ADHD Medication in the Summer

by Eileen Bailey

In the past, less was known about the long-term effects of ADHD medication. At that time, it was believed that taking a “vacation” from medication when children were not in school would provide the opportunity to catch up on weight gain and growth. In addition, ADHD was also thought of as a “school day” disorder. The impact of ADHD on other parts of a child’s life, such as social skills and family life had not been considered. For this reason, breaks from medication seemed logical. 

What We Know Today 

Today, research has shown that growth and weight, although considered to be slower while taking medication, is impacted very little over the long-term. Most children will “catch up” to normal growth over time. In addition, more is known about ADHD. It is no longer thought to only create difficulties in school. Children can struggle with relating to friends or have a hard time making friends. They may be emotionally immature and their hyperactivity and impulsiveness may cause them to get in trouble more often at home. 

These considerations have led many doctors to believe that a “vacation” from medication during the summer months is not necessary and may actually be detrimental to children. Dr.
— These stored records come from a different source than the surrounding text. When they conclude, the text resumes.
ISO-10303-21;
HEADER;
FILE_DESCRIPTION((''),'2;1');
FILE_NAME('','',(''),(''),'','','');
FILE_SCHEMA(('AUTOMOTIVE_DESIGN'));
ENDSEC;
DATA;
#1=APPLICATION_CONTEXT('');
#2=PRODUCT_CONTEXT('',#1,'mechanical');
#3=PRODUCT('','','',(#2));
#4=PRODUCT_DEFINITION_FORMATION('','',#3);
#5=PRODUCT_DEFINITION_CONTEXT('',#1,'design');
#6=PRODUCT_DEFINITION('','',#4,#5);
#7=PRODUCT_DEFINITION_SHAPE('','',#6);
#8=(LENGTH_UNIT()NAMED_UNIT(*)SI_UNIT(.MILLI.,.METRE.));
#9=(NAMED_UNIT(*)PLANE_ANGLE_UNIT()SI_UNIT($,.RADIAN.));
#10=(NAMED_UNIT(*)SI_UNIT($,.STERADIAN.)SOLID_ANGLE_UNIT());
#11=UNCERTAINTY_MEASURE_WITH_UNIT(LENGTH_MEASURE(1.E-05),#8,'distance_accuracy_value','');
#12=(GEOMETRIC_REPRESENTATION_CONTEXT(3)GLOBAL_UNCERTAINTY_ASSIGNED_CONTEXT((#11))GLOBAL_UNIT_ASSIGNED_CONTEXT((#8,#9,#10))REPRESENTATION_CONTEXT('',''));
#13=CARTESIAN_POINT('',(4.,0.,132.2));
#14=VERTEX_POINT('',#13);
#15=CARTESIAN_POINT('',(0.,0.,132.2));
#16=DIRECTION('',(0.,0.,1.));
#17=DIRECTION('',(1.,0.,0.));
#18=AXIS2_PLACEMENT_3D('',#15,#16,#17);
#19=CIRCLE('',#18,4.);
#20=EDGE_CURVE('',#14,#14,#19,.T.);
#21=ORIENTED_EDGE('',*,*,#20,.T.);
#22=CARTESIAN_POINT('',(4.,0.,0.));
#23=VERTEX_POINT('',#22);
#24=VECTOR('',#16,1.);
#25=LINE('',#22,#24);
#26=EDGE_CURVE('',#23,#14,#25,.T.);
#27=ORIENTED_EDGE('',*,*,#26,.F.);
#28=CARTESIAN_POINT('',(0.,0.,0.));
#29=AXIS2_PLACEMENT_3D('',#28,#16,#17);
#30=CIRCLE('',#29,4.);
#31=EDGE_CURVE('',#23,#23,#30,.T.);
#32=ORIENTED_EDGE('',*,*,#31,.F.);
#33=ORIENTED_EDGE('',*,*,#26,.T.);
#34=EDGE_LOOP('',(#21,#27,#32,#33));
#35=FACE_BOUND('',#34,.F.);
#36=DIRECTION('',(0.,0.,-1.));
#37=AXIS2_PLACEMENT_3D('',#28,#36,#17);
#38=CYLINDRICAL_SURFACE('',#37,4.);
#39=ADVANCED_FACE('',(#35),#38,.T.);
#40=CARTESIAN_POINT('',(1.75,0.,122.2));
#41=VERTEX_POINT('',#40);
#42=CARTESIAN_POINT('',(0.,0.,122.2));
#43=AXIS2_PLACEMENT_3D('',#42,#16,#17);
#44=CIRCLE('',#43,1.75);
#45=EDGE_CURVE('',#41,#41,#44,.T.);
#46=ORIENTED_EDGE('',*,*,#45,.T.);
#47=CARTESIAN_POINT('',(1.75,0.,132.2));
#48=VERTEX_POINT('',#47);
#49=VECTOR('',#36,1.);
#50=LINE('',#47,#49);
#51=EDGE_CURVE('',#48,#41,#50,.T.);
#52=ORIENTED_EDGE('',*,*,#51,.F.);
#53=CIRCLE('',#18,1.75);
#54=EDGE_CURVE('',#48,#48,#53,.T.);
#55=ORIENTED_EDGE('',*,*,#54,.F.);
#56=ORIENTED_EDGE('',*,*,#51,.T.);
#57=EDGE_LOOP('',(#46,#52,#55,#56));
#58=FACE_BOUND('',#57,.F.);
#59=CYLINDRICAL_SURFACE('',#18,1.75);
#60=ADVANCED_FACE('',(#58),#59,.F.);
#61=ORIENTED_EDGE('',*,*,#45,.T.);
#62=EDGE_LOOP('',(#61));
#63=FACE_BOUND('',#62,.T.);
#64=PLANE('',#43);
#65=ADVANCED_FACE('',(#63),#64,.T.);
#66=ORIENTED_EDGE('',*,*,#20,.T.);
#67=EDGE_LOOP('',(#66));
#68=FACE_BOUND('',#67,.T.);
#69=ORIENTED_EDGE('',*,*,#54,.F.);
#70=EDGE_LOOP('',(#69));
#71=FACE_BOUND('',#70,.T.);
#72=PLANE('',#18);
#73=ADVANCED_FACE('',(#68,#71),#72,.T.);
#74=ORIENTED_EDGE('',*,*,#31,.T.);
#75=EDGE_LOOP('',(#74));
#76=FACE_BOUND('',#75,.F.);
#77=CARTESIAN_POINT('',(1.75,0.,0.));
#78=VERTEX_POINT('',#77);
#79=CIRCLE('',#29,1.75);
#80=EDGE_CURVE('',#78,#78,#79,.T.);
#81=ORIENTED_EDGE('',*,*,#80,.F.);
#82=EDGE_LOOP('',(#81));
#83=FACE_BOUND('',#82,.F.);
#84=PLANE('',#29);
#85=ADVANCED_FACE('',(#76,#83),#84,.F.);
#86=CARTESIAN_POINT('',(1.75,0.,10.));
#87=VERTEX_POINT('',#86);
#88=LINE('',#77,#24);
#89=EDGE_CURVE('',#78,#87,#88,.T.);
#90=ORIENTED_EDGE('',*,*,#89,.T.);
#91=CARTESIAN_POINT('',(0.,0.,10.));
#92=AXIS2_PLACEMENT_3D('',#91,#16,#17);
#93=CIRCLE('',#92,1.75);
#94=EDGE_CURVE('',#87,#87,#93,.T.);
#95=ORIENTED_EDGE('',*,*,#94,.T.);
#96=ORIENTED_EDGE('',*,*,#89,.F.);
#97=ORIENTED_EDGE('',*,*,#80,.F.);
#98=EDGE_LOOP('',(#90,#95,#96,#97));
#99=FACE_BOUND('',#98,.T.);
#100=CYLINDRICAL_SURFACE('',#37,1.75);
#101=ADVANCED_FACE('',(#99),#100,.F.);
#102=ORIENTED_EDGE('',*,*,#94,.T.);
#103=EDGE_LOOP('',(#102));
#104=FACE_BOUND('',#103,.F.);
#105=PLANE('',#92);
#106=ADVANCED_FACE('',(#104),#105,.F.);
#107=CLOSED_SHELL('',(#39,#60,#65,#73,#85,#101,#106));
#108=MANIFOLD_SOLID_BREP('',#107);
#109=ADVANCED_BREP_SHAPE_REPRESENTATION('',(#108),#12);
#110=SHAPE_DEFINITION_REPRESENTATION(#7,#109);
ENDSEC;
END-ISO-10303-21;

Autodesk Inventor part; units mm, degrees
ref_plane "YZ Plane" through (0, 0, 0) normal (1, 0, 0) x (0, 1, 0)
ref_plane "XZ Plane" through (0, 0, 0) normal (0, 1, 0) x (-1, 0, 0)
ref_plane "XY Plane" through (0, 0, 0) normal (0, 0, 1) x (1, 0, 0)
sketch "スケッチ1" plane through (0, 0, 0) normal (0, 0, 1) x (1, 0, 0)
  circle A0 centre (0, 0) radius 4
  circle A1 centre (0, 0) radius 1.75
  dimension "d0" = 8
  dimension "d1" = 3.5
extrude "押し出し1" add sketch "スケッチ1" along normal blind 132.2 contours A0 | A1
extrude "押し出し2" cut sketch "スケッチ1" along normal blind 10 contours A1
sketch "スケッチ2" plane through (0, 0, 132.2) normal (0, 0, 1) x (1, 0, 0)
  circle A0 centre (0, 0) radius 1.75
  dimension "d6" = 3.5
extrude "押し出し3" cut sketch "スケッチ2" against normal blind 10
equation "\"d6\" = d1"
properties part number "棒" material "アルミニウム 2014-T4"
Larry Silver, in an article entitled “Time to Give Your Child a Medicine Break?” which appeared on Additude Magazines website, asks parents to think about the following question: “Will hyperactivity, distractibility or impulsivity interfere with your child’s success in summer camp or other vacation activities?” He encourages parents to “think of each part of the summer” before making any decisions about medication. 

For example:
 

  • Are you planning a summer vacation with your family? Will this involve a long car ride in which your child will be required to sit for long periods in the car?

 

  • Are your child’s social skills negatively impacted without medication? Will playing with friends or getting along with siblings be more difficult?

 

  • Will your child be attending a summer camp or structured summer activities? Would they be more successful at these activities with the help of medication?